Back at work, Yūsaku places the incriminating package into a safe, but Satoko learns the combination and opens the safe herself. A missed chess move turns fatal: a misplaced chesspiece signals that the notebook containing critical notes has vanished. Fumio is arrested by Taiji and the military police and tortured for sharing national secrets with an enemy. When Taiji brings Yūsaku in, the officer reveals that Fumio confessed, though Taiji remains skeptical of forced statements. A second, longer film exists—one that purportedly contains more detail—and Yūsaku explains that he intends to show it to the Americans.
The political climate tightens as 1941 unfolds and the United States imposes an oil embargo on Japan. Legal exit becomes impossible, but Yūsaku manages a hazardous escape plan: he and Satoko decide to leave by smuggling themselves out of Japan in a shipping crate. They swap yen for watches and jewelry to fund the voyage. The plan is to separate, with Satoko taking the film of the experiments hidden in a freighter’s shipping crate and Yūsaku attempting to reach America from Shanghai. However, the smuggling effort encounters treachery: the man hired to smuggle Satoko betrays her under the watch of the military police, who interrogate her with the same force used on Fumio. Satoko pleads to Taiji to show the same kindness he once did, but he strikes her instead, declaring that she has earned death for treason. The film Satoko carries is screened by the police, only to reveal that Yūsaku swapped it with an amateur film of Satoko and Fumio, leaving Satoko with no hard evidence. She is released, and Yūsaku sails away alone toward Shanghai.
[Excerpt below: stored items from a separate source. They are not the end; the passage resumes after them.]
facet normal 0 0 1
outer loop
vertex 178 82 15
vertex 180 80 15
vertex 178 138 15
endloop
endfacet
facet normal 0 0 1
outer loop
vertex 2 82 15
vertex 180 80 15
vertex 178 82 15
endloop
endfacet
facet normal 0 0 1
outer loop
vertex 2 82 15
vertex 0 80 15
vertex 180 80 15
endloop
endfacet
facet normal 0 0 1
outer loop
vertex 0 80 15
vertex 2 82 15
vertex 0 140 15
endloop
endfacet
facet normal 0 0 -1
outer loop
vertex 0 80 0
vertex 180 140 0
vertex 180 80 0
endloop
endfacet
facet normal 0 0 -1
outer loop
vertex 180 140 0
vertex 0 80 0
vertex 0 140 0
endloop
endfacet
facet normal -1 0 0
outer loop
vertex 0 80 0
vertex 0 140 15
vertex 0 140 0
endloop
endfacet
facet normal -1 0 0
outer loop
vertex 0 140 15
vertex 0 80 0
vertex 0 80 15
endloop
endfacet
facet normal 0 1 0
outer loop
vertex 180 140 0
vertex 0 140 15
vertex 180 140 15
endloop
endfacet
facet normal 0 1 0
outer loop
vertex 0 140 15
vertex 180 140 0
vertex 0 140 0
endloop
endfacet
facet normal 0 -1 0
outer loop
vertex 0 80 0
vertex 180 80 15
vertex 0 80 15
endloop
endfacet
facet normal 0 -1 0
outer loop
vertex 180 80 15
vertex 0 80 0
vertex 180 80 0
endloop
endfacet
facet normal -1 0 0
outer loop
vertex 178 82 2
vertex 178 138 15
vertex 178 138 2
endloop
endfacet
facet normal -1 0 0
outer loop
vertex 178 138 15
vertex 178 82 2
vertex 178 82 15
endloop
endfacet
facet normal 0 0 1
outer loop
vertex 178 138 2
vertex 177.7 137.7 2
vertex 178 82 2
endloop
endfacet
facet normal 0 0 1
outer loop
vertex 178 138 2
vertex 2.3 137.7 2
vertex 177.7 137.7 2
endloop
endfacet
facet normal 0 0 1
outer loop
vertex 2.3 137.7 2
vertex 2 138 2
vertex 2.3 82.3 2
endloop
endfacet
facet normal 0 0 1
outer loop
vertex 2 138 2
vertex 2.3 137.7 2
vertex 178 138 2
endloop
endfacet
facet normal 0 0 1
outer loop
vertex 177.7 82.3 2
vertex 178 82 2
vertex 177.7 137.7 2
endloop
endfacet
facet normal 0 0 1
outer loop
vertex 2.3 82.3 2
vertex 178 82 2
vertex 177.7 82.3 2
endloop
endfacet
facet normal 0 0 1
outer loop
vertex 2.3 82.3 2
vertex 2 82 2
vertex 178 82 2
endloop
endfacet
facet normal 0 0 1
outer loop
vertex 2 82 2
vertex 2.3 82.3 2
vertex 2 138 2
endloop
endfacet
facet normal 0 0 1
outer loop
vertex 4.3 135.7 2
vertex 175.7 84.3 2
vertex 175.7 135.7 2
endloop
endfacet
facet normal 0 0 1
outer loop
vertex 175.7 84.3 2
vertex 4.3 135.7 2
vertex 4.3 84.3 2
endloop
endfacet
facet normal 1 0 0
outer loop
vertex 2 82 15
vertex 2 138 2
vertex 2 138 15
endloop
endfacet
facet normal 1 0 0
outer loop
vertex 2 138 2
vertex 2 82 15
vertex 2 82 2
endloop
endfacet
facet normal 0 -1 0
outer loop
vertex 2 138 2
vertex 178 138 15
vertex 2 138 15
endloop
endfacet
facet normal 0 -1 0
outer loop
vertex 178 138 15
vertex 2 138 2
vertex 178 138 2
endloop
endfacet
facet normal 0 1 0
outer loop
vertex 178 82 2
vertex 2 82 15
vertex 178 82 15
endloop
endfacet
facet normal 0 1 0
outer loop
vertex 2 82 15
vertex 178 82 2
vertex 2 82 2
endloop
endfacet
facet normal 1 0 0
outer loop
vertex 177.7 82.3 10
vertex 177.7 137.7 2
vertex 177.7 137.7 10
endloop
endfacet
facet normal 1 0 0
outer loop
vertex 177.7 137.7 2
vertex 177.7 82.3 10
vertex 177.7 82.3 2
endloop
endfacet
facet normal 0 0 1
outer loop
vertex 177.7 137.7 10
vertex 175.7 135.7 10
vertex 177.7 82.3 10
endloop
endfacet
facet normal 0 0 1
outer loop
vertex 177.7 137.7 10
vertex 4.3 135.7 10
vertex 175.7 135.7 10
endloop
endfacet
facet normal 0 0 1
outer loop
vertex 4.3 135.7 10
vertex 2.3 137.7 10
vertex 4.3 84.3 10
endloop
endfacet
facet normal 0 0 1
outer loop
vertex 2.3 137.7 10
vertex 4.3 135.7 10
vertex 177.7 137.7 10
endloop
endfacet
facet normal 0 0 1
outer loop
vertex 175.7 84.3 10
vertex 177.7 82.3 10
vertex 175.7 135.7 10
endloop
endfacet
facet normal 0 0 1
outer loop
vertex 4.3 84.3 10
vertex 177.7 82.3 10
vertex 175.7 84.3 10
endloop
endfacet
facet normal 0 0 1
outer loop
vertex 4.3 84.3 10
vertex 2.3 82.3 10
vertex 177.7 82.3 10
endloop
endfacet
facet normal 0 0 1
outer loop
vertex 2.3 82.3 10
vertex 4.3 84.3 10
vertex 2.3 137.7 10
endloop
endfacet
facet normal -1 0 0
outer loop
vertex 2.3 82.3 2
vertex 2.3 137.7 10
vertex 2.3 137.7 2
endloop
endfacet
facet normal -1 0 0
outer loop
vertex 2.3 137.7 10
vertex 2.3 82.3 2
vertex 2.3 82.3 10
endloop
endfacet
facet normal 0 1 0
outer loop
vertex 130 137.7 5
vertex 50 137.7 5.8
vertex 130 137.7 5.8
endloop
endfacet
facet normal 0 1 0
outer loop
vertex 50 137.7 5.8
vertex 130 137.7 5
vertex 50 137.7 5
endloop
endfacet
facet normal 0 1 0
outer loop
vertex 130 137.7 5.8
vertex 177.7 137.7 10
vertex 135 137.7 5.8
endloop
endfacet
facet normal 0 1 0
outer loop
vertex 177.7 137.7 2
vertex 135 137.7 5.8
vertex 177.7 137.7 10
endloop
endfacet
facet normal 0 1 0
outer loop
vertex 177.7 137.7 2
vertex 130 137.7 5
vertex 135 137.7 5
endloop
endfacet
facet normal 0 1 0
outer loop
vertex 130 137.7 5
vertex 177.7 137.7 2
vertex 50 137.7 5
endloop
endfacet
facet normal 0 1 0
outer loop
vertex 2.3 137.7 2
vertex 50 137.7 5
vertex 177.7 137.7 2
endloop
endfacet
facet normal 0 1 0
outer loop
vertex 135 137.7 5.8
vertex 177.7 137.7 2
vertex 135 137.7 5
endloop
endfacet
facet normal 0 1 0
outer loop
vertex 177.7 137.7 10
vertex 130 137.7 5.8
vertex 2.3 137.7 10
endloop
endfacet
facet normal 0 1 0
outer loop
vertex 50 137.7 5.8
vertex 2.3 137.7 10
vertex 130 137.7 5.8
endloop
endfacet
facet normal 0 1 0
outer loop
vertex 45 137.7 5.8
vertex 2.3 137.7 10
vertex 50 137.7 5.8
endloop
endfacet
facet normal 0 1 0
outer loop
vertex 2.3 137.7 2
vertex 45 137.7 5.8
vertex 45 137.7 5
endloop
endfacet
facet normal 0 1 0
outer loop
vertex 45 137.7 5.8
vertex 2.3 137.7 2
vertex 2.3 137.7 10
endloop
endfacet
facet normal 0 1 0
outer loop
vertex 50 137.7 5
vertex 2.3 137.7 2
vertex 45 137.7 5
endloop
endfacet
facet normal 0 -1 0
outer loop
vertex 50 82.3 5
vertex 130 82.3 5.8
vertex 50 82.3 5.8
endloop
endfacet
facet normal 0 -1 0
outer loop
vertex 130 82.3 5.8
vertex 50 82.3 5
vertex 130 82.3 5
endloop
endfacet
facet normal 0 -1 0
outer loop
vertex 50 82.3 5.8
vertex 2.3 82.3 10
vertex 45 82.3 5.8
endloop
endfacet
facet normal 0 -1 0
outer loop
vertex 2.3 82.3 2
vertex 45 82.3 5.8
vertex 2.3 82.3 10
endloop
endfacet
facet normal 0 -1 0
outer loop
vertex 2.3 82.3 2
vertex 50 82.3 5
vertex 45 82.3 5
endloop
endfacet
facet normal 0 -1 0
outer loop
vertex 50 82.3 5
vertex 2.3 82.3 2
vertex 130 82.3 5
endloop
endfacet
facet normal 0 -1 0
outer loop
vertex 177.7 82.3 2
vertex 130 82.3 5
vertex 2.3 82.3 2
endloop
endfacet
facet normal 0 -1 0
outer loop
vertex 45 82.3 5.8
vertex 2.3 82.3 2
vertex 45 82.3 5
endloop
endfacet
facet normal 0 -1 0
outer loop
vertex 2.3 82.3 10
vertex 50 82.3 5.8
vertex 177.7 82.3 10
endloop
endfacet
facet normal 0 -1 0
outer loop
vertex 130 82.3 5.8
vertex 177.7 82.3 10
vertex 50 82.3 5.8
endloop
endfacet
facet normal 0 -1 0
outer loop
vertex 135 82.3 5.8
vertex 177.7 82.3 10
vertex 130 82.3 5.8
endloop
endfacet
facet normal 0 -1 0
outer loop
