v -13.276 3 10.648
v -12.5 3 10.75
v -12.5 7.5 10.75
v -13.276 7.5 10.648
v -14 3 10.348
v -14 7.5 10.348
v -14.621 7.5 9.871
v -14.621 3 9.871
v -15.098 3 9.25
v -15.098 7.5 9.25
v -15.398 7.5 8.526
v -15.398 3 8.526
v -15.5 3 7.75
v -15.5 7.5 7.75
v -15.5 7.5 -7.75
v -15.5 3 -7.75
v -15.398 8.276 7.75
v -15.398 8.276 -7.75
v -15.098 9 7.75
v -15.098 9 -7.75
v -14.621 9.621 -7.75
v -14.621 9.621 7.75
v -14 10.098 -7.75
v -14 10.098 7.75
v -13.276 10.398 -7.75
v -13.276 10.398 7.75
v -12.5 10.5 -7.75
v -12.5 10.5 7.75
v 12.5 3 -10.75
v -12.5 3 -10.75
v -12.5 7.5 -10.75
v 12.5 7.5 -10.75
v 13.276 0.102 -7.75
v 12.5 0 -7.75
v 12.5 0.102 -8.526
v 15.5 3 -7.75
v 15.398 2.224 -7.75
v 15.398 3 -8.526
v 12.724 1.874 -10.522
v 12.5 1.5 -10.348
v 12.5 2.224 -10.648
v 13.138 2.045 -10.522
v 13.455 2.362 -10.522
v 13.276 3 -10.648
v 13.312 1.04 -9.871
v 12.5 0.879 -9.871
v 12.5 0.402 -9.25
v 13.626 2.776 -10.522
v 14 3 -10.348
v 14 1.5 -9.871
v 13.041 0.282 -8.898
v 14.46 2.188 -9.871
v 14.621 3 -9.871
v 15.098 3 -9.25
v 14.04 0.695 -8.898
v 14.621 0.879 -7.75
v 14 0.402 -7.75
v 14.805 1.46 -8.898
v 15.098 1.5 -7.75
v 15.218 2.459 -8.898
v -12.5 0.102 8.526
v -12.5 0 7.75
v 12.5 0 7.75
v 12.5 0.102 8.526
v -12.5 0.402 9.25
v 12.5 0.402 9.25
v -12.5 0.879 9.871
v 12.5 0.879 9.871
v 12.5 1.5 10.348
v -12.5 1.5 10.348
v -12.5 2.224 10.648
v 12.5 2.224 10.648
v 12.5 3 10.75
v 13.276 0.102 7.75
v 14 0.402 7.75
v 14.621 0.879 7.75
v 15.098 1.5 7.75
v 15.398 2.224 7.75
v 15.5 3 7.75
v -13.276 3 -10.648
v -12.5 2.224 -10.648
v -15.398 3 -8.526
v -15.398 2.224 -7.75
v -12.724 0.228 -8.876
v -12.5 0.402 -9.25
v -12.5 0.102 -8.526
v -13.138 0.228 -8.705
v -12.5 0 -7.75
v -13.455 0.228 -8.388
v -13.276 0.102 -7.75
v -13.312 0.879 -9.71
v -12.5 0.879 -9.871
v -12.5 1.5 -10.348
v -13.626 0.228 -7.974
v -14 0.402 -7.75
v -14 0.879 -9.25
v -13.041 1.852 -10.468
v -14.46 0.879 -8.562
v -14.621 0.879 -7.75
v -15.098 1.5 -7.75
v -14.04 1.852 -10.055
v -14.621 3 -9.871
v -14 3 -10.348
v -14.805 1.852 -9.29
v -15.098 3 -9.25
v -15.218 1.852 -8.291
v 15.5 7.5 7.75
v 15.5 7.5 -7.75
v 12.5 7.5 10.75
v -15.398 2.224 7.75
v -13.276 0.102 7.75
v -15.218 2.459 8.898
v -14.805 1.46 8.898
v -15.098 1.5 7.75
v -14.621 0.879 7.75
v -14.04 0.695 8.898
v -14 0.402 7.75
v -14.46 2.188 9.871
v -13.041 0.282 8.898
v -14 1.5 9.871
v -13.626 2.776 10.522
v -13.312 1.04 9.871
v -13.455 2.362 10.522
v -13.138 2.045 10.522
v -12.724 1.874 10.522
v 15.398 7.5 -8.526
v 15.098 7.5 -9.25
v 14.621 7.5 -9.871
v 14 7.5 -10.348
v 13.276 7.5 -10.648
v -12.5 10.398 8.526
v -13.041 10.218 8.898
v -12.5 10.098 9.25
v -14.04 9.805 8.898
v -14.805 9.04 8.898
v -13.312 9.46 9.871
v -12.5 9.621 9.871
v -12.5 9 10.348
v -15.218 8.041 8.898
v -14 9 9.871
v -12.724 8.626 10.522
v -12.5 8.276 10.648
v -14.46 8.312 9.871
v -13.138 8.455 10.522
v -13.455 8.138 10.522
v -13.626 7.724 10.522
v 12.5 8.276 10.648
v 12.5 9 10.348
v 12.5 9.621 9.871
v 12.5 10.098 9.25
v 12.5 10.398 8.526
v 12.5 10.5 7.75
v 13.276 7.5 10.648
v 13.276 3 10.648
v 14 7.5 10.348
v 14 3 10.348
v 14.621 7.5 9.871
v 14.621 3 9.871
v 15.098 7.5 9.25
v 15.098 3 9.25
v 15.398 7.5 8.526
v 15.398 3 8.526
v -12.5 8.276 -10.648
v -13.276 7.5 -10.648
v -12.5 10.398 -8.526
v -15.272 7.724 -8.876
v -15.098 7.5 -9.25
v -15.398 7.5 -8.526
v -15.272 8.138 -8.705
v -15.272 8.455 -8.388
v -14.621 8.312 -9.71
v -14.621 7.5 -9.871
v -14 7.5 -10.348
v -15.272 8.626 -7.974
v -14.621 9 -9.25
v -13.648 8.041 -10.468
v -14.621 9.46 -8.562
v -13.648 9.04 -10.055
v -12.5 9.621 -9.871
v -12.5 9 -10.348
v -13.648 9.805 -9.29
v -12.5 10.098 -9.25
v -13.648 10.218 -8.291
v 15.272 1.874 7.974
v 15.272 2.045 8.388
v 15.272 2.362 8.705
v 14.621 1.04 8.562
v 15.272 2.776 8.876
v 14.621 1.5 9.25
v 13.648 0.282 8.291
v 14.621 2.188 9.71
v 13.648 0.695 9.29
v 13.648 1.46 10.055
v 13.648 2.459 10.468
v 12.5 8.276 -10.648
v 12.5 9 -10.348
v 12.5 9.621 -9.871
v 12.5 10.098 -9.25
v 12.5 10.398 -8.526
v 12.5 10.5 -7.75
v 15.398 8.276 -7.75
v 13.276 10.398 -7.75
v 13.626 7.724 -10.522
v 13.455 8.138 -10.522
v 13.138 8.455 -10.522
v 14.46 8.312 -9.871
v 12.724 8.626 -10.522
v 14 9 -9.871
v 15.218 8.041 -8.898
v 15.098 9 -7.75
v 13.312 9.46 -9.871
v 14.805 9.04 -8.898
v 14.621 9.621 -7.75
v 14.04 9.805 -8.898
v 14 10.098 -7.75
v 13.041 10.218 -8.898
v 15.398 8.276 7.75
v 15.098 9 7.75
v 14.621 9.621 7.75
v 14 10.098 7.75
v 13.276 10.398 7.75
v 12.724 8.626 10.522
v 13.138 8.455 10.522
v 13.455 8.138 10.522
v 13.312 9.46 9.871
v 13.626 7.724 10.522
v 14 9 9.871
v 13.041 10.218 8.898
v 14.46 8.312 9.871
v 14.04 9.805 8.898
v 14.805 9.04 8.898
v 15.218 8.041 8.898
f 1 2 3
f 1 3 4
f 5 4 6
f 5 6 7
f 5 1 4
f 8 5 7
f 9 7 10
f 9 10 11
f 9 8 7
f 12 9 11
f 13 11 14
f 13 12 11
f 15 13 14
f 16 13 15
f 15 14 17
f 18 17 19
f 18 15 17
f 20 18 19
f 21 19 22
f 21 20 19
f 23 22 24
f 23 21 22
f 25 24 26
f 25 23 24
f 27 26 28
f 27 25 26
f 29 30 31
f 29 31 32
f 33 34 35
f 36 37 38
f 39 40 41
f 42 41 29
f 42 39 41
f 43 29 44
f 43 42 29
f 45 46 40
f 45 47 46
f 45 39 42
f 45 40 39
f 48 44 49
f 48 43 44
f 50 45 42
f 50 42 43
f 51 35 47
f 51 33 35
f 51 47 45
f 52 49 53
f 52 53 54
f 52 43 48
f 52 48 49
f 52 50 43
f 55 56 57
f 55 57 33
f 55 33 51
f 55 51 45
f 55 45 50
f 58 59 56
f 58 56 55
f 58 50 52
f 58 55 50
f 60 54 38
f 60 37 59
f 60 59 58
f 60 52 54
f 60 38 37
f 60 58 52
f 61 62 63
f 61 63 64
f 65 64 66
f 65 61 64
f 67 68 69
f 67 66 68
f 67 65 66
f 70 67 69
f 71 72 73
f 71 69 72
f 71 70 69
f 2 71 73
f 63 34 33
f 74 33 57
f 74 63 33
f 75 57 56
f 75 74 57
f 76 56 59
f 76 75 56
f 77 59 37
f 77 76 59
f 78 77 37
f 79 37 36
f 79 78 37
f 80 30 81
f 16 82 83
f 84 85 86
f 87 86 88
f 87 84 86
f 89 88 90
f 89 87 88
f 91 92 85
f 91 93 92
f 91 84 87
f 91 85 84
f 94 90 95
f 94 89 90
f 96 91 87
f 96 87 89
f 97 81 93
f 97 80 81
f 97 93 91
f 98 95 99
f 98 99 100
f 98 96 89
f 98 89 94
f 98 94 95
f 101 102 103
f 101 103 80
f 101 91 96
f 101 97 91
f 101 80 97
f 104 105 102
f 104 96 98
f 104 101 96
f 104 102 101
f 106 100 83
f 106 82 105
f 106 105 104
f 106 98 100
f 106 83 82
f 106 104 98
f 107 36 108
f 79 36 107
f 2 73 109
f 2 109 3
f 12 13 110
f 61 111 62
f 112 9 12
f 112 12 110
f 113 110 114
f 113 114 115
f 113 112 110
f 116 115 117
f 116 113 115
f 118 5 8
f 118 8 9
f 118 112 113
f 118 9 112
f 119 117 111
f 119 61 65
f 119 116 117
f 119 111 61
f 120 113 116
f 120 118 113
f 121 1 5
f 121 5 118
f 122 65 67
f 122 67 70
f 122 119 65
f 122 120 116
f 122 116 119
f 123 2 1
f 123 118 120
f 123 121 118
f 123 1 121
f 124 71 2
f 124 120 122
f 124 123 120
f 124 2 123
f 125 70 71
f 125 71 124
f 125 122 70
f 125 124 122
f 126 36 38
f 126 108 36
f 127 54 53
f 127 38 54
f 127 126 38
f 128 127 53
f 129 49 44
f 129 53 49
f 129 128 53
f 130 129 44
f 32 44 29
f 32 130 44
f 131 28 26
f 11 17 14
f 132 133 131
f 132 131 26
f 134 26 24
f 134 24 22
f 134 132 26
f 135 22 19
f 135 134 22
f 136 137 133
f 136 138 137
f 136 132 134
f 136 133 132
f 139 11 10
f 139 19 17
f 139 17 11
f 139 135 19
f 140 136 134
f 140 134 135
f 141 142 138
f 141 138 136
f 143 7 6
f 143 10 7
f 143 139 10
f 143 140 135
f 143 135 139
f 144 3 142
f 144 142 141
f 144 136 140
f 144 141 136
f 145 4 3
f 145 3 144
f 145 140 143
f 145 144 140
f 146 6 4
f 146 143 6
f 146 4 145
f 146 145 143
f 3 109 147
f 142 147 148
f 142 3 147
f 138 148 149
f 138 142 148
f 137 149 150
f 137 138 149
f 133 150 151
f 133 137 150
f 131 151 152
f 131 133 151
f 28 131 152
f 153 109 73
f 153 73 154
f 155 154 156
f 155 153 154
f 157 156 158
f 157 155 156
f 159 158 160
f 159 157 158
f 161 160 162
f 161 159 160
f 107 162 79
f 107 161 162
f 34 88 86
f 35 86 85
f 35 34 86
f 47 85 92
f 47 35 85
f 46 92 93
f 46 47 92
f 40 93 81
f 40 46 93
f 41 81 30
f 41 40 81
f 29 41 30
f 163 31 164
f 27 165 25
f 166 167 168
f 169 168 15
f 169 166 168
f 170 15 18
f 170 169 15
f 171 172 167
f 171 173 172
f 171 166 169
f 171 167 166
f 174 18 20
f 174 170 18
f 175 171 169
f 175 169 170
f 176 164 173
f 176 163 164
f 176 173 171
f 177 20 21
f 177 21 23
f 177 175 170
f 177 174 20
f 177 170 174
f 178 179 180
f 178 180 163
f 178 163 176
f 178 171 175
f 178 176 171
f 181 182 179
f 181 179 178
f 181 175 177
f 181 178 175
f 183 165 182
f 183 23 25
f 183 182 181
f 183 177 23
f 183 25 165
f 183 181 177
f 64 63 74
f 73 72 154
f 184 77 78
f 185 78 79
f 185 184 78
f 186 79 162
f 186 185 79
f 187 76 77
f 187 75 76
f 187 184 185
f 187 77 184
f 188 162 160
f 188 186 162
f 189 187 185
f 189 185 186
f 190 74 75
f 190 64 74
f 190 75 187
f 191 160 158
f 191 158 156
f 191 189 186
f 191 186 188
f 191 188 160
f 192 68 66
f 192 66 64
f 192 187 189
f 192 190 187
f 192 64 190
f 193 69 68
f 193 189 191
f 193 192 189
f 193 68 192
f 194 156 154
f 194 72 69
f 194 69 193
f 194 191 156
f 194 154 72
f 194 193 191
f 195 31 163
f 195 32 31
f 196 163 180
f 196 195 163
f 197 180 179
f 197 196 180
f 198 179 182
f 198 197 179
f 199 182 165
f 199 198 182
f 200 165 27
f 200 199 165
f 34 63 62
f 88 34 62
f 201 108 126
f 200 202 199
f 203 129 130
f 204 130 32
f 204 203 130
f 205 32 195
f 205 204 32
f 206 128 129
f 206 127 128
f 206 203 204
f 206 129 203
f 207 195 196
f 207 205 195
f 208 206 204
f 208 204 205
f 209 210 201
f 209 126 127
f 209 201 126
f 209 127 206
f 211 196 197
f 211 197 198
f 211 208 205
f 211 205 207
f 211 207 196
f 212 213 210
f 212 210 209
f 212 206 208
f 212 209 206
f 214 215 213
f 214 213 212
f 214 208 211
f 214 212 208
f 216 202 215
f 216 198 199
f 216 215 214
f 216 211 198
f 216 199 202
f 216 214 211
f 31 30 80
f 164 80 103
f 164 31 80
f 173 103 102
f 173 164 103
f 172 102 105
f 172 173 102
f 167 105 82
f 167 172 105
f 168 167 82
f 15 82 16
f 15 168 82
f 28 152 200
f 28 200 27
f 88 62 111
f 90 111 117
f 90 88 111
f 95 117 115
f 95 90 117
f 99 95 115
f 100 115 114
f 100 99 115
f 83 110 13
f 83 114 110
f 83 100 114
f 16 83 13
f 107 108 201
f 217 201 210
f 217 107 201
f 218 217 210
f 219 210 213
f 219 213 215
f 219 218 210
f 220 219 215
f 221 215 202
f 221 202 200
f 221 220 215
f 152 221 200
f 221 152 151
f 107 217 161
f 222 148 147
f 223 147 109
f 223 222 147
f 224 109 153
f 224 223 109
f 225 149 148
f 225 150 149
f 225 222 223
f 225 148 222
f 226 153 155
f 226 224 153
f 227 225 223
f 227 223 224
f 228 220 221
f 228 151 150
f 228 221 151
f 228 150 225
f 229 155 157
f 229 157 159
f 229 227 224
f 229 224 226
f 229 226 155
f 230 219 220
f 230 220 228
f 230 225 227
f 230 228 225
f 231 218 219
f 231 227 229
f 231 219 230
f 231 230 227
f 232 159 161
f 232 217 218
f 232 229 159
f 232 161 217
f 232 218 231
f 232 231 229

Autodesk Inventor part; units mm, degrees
ref_plane "YZ Plane" through (0, 0, 0) normal (1, 0, 0) x (0, 1, 0)
ref_plane "XZ Plane" through (0, 0, 0) normal (0, 1, 0) x (-1, 0, 0)
ref_plane "XY Plane" through (0, 0, 0) normal (0, 0, 1) x (1, 0, 0)
sketch "スケッチ1" plane through (0, 0, 0) normal (0, 1, 0) x (-1, 0, 0)
  line L0 (15.5, -10.75) -> (-15.5, -10.75)
  line L1 (-15.5, -10.75) -> (-15.5, 10.75)
  line L2 (-15.5, 10.75) -> (15.5, 10.75)
  line L3 (15.5, 10.75) -> (15.5, -10.75)
  line L4 (15.5, -10.75) -> (-15.5, 10.75)
  point P0 (0, 0)
  point P1 (0, 0)
  dimension "d0" = 31
  dimension "d1" = 21.5
extrude "押し出し1" add sketch "スケッチ1" along normal blind 10.5
fillet "フィレット1" radius 3 11 edges at (15.5, 10.5, 0) (0, 10.5, 10.75) (0, 0, 10.75) (15.5, 5.25, 10.75) (15.5, 0, 0) (15.5, 5.25, -10.75) (0, 10.5, -10.75) (-15.5, 10.5, 0) (-15.5, 5.25, -10.75) (-15.5, 0, 0) (0, 0, -10.75)
ref_plane "作業平面1" through (0, 3, -7.75) normal (1, 0, 0) x (0, 0, -1)
fillet "フィレット2" radius 3 3 edges at (-14.6213, 9.6213, 9.8713) (-14.6213, 0.8787, 9.8713) (-15.5, 5.25, 10.75)
properties part number "battery" material "LCP プラスチック"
In March 1945, Satoko has spent months in a mental hospital, awaiting release through the help of a friend, Dr. Nozaki, Takashi Sasano. Nozaki returns with a rumor that Yūsaku was seen boarding a ship in Bombay bound for Los Angeles, a vessel believed to have sunk. Later that night, Kobe is ravaged by an air raid, and Satoko, left barefoot, wanders the devastated city to the sea, crying out in grief and fear as the hospital collapses around her.
The closing note frames the broader tragedy: Yūsaku Fukuhara is officially listed as dead in 1946, though hints of a forged death certificate whisper that not all truth has vanished. Satoko, by contrast, eventually leaves for the United States a few years after, carrying with her the memory of a husband who chose to reveal unspeakable acts to the world rather than let silence protect complicity.
This sweeping, morally cautious drama unfolds with a quiet insistence on memory, accountability, and the cost of seeking justice in a time when fear and loyalty blur into each other. It builds its tension not through overt battles but through the slow uncovering of evidence, the strains within a family, and the dangerous calculus of doing what is right under a regime that does not welcome truth.